Over the past few weeks, the blogosphere has been abuzz about the proposed United Nations resolution to recognize a Palestinian state during the opening session of the General Assembly in late September. Apart from the many uncertainties about if and when the vote itself may take place, several pro-Israel pundits have been engaged in a lively discussion over the nature of a sovereign Palestine. Former AIPAC director Steven Rosen warned about an “imaginary Palestinian state” in this month's Foreign Policy. He argues that while each of the two non-contiguous Palestinian entities controlled by the Palestinian Authority and HAMAS is not unqualified – although in his opinion still unworthy – of sovereignty under the 1933 Montevideo Convention, a third conceptualization encompassing both Gaza and the West Bank falls short of an authentic state and is one that “plants the seeds for civil and international wars.”
Brookings Institution Saban Center head Daniel Byman and his Georgetown University colleague Charles King seem to concur, writing in the New York Times on 15 August that Palestine could be one of the “phantom menance[s]” of small states seeking sovereignty. Despite the poignancy of the contentions, this terminology and its conclusions are hardly new. Yet, what might the Israeli settler movement have in common with this latest bid for Palestinian statehood?
In many ways, Israeli settlements in the West Bank constitute their own phantom state. While Israel's sovereignty over the West Bank remains unrecognized by international law more than 40 years after the 1967 war, the settler movement is well on its way to meeting the technical definitions for statehood. Today, the Jewish residents of the West Bank maintain a sizeable population (over 300,000 strong by latest estimates), occupy and control a defined territory, engage in self-government, conduct relations with other states in trade and tourism, and even maintain a budding self-defense force, albeit it in coordination with the Israeli army and government. The Israeli settler population has also evolved its own social and cultural mores, which even extend to manners of speech and dress that distinguish them from the Israeli community within the Green Line. Most importantly, many are concerned that the growing tide of vigilantism in the territories is a growing indication of a state within a state.
These two phantom states are on a collision course for late September.
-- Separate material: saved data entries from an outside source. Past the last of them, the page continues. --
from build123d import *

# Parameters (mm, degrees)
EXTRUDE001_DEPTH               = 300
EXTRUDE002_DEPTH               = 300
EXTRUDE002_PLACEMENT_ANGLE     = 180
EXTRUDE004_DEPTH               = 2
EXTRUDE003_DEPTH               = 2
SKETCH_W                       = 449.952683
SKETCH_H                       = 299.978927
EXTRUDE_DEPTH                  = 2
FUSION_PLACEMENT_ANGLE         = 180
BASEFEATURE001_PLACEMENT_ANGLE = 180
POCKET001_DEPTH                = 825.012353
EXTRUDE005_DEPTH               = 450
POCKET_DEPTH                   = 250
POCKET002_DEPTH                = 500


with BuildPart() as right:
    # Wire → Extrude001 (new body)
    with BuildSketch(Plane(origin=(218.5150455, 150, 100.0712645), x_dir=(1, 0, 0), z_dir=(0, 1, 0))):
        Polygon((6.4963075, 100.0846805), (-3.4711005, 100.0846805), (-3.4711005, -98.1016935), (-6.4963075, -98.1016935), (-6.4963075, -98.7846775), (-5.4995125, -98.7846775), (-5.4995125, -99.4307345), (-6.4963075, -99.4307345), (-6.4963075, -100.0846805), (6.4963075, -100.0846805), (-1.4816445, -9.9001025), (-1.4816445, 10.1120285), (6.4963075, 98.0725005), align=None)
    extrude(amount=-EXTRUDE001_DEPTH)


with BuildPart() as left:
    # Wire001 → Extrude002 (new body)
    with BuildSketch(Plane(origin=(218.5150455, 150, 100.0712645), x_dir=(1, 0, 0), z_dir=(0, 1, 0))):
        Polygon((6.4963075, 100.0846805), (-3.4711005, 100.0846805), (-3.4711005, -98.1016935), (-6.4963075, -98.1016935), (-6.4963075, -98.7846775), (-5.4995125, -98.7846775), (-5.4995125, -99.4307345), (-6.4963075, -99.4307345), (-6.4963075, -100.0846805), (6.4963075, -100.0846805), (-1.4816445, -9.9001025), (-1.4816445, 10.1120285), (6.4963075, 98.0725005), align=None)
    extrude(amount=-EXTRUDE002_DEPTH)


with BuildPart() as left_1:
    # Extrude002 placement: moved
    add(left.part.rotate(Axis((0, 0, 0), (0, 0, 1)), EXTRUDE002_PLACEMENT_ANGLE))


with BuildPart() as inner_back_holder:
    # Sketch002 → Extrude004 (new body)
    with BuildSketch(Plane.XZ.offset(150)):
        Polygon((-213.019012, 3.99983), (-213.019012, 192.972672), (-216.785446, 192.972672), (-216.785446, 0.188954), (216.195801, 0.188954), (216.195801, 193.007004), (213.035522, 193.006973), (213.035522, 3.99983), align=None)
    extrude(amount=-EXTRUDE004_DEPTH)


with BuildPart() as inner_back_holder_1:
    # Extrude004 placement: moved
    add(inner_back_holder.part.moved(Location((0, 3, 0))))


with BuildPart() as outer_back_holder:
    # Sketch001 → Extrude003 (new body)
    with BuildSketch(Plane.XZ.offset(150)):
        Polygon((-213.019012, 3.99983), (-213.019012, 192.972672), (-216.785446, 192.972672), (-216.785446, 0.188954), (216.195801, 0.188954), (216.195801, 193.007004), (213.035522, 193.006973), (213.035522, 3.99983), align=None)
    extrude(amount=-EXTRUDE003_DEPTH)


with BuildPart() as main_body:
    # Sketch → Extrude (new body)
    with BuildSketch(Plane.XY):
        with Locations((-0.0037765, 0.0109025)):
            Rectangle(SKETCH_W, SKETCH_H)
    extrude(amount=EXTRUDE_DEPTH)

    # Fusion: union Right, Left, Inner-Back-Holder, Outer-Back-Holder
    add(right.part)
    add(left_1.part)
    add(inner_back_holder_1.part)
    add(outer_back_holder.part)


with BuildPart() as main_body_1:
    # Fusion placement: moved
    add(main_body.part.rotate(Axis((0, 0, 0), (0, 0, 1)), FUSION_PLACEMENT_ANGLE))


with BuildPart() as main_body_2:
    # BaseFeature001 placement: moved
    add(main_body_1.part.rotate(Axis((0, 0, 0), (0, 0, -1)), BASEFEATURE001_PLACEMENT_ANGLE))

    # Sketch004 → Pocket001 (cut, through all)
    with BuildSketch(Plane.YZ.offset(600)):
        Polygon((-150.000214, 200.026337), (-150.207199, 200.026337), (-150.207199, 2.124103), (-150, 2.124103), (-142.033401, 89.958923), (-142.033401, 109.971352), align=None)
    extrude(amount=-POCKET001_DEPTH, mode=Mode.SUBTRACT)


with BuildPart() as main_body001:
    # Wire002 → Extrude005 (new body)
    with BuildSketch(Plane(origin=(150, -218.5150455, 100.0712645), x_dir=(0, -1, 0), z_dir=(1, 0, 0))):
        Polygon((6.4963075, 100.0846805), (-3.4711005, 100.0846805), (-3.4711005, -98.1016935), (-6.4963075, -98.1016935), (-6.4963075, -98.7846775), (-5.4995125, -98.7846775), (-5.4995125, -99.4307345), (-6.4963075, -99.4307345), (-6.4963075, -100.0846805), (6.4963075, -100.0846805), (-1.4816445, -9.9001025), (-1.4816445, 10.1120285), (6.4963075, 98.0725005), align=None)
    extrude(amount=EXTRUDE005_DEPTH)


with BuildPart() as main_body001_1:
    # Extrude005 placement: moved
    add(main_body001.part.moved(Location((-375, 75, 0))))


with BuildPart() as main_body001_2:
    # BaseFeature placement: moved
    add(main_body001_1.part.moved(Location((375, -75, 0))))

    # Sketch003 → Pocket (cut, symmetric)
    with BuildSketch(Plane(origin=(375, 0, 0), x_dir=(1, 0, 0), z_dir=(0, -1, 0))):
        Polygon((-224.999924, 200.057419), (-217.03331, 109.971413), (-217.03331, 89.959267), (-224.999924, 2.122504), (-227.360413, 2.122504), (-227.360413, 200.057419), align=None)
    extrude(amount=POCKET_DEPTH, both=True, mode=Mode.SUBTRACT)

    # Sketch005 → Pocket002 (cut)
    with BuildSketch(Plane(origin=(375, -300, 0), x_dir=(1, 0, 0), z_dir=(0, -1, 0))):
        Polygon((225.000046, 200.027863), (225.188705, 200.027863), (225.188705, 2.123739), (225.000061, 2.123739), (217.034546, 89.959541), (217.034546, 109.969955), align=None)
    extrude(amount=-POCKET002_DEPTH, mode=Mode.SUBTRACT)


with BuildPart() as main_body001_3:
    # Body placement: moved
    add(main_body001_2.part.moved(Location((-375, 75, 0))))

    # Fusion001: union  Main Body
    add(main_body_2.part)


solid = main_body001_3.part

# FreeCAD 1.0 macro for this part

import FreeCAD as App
import Part
import Sketcher
from FreeCAD import Vector
Q = App.Units.Quantity

doc = App.newDocument("Part")
body = doc.addObject("PartDesign::Body", "Body")

sketch1 = doc.addObject("Sketcher::SketchObject", "Sketch")
body.addObject(sketch1)
sketch1.AttachmentSupport = (doc.XZ_Plane, [""])
sketch1.MapMode = "FlatFace"
sketch1.AttachmentOffset = App.Placement(Vector(0, 0, -150), App.Rotation())
sketch1.addGeometry([
    Part.LineSegment(Vector(225, 0, 0), Vector(215, 0, 0)),
    Part.LineSegment(Vector(215, 0, 0), Vector(215, 198.2, 0)),
    Part.LineSegment(Vector(215, 198.2, 0), Vector(212, 198.2, 0)),
    Part.LineSegment(Vector(212, 198.2, 0), Vector(212, 198.9, 0)),
    Part.LineSegment(Vector(212, 198.9, 0), Vector(213, 198.9, 0)),
    Part.LineSegment(Vector(213, 198.9, 0), Vector(213, 199.5, 0)),
    Part.LineSegment(Vector(213, 199.5, 0), Vector(212, 199.5, 0)),
    Part.LineSegment(Vector(212, 199.5, 0), Vector(212, 200.2, 0)),
    Part.LineSegment(Vector(212, 200.2, 0), Vector(225, 200.2, 0)),
    Part.LineSegment(Vector(225, 200.2, 0), Vector(217, 110, 0)),
    Part.LineSegment(Vector(217, 110, 0), Vector(217, 90, 0)),
    Part.LineSegment(Vector(217, 90, 0), Vector(225, 2, 0)),
    Part.LineSegment(Vector(225, 2, 0), Vector(225, 0, 0)),
], False)
sketch1.addConstraint([
    Sketcher.Constraint("Coincident", 0, 2, 1, 1),
    Sketcher.Constraint("Coincident", 1, 2, 2, 1),
    Sketcher.Constraint("Coincident", 2, 2, 3, 1),
    Sketcher.Constraint("Coincident", 3, 2, 4, 1),
    Sketcher.Constraint("Coincident", 4, 2, 5, 1),
    Sketcher.Constraint("Coincident", 5, 2, 6, 1),
    Sketcher.Constraint("Coincident", 6, 2, 7, 1),
    Sketcher.Constraint("Coincident", 7, 2, 8, 1),
    Sketcher.Constraint("Coincident", 8, 2, 9, 1),
    Sketcher.Constraint("Coincident", 9, 2, 10, 1),
    Sketcher.Constraint("Coincident", 10, 2, 11, 1),
    Sketcher.Constraint("Coincident", 11, 2, 12, 1),
    Sketcher.Constraint("Coincident", 12, 2, 0, 1),
    Sketcher.Constraint("Horizontal", 0),
    Sketcher.Constraint("Vertical", 1),
    Sketcher.Constraint("Horizontal", 2),
    Sketcher.Constraint("Vertical", 3),
    Sketcher.Constraint("Horizontal", 4),
    Sketcher.Constraint("Vertical", 5),
    Sketcher.Constraint("Horizontal", 6),
    Sketcher.Constraint("Vertical", 7),
    Sketcher.Constraint("Horizontal", 8),
    Sketcher.Constraint("Vertical", 10),
    Sketcher.Constraint("Vertical", 12),
    Sketcher.Constraint("Vertical", 3, 2, 6, 2),
    Sketcher.Constraint("Vertical", 8, 2, 11, 2),
    Sketcher.Constraint("DistanceY", -1, 1, 5, 2, Q("199.501999 mm")),
    Sketcher.Constraint("DistanceX", 0, 2, 0, 1, Q("9.967408 mm")),
    Sketcher.Constraint("DistanceY", 10, 2, 10, 1, Q("20.012131 mm")),
    Sketcher.Constraint("DistanceY", 12, 2, 12, 1, Q("2.01218 mm")),
    Sketcher.Constraint("DistanceX", -1, 1, 9, 2, Q("217.033401 mm")),
    Sketcher.Constraint("Distance", 11, Q("88.321528 mm")),
    Sketcher.Constraint("DistanceX", 2, 2, 2, 1, Q("3.025207 mm")),
    Sketcher.Constraint("DistanceX", 4, 1, 4, 2, Q("0.996795 mm")),
    Sketcher.Constraint("DistanceY", 1, 1, 1, 2, Q("198.186374 mm")),
    Sketcher.Constraint("DistanceY", 3, 1, 3, 2, Q("0.682984 mm")),
    Sketcher.Constraint("DistanceY", 5, 1, 5, 2, Q("0.646057 mm")),
    Sketcher.Constraint("DistanceY", 7, 1, 7, 2, Q("0.653946 mm")),
    Sketcher.Constraint("DistanceX", -1, 1, 2, 2, Q("212.018738 mm")),
])
pad1 = doc.addObject("PartDesign::Pad", "Pad")
body.addObject(pad1)
pad1.Profile = sketch1
pad1.Length = 300
body2 = doc.addObject("PartDesign::Body", "Body001")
Last week, Haaretz reported that as part of Operation Summer Seeds, a mission aimed to counter “mass disorder” in the wake of the UN vote, the Israel Defense Force has been arming and training settlers for possible attacks against settlements. According to leaked documents, settler 'first responders' have been provided with tear gas and stun grenades for crowd dispersal and should specified 'red lines' be crossed, permission would be given to use live fire. While international monitoring groups including Peace Now and Rabbis for Human Rights immediately decried the (further) arming of settlers in fear of price tag operations against neighboring Palestinian communities, the Defense Ministry and IDF have been at pains to defend their actions. Danny Dayan, head of the YESHA Council, the pre-eminent settler representative body, was also quick to downplay tensions, stressing in an interview to Yediot Ahronotthat armed settler teams were not “private settler militias,” that there was nothing extraordinary about recent training, and that settlers “would operate under orders to avoid killing civilians…in the event of a break-in at a settlement, the response would be purely defensive, not offensive.” However, many are concerned about what Israel's Foreign Minister Avigdor Lieberman, himself a settler at Nokdim, prediction of a “bloodshed the likes of which we've never seen before”.
What is the meaning of a conflict between these two phantom states? The power dynamic will have shifted: for the first time, a nominally sovereign Palestine may encounter the shadow state of the settlers. While it is unlikely that the UN vote will have any meaningful ramifications, it may bring a change in status for both long unrecognized entities in the West Bank. A clash between these two parties could stand as an important test case for newly resurrected schemes whereby Jewish settlers would live under Palestinian state. Most of all, it brings renewed awareness that no state – phantom or otherwise – has yet been able to find a modus vivendi for two communities living side by side in the West Bank. Perhaps once a Palestinian state comes out of the shadows, new light may be seen in this direction.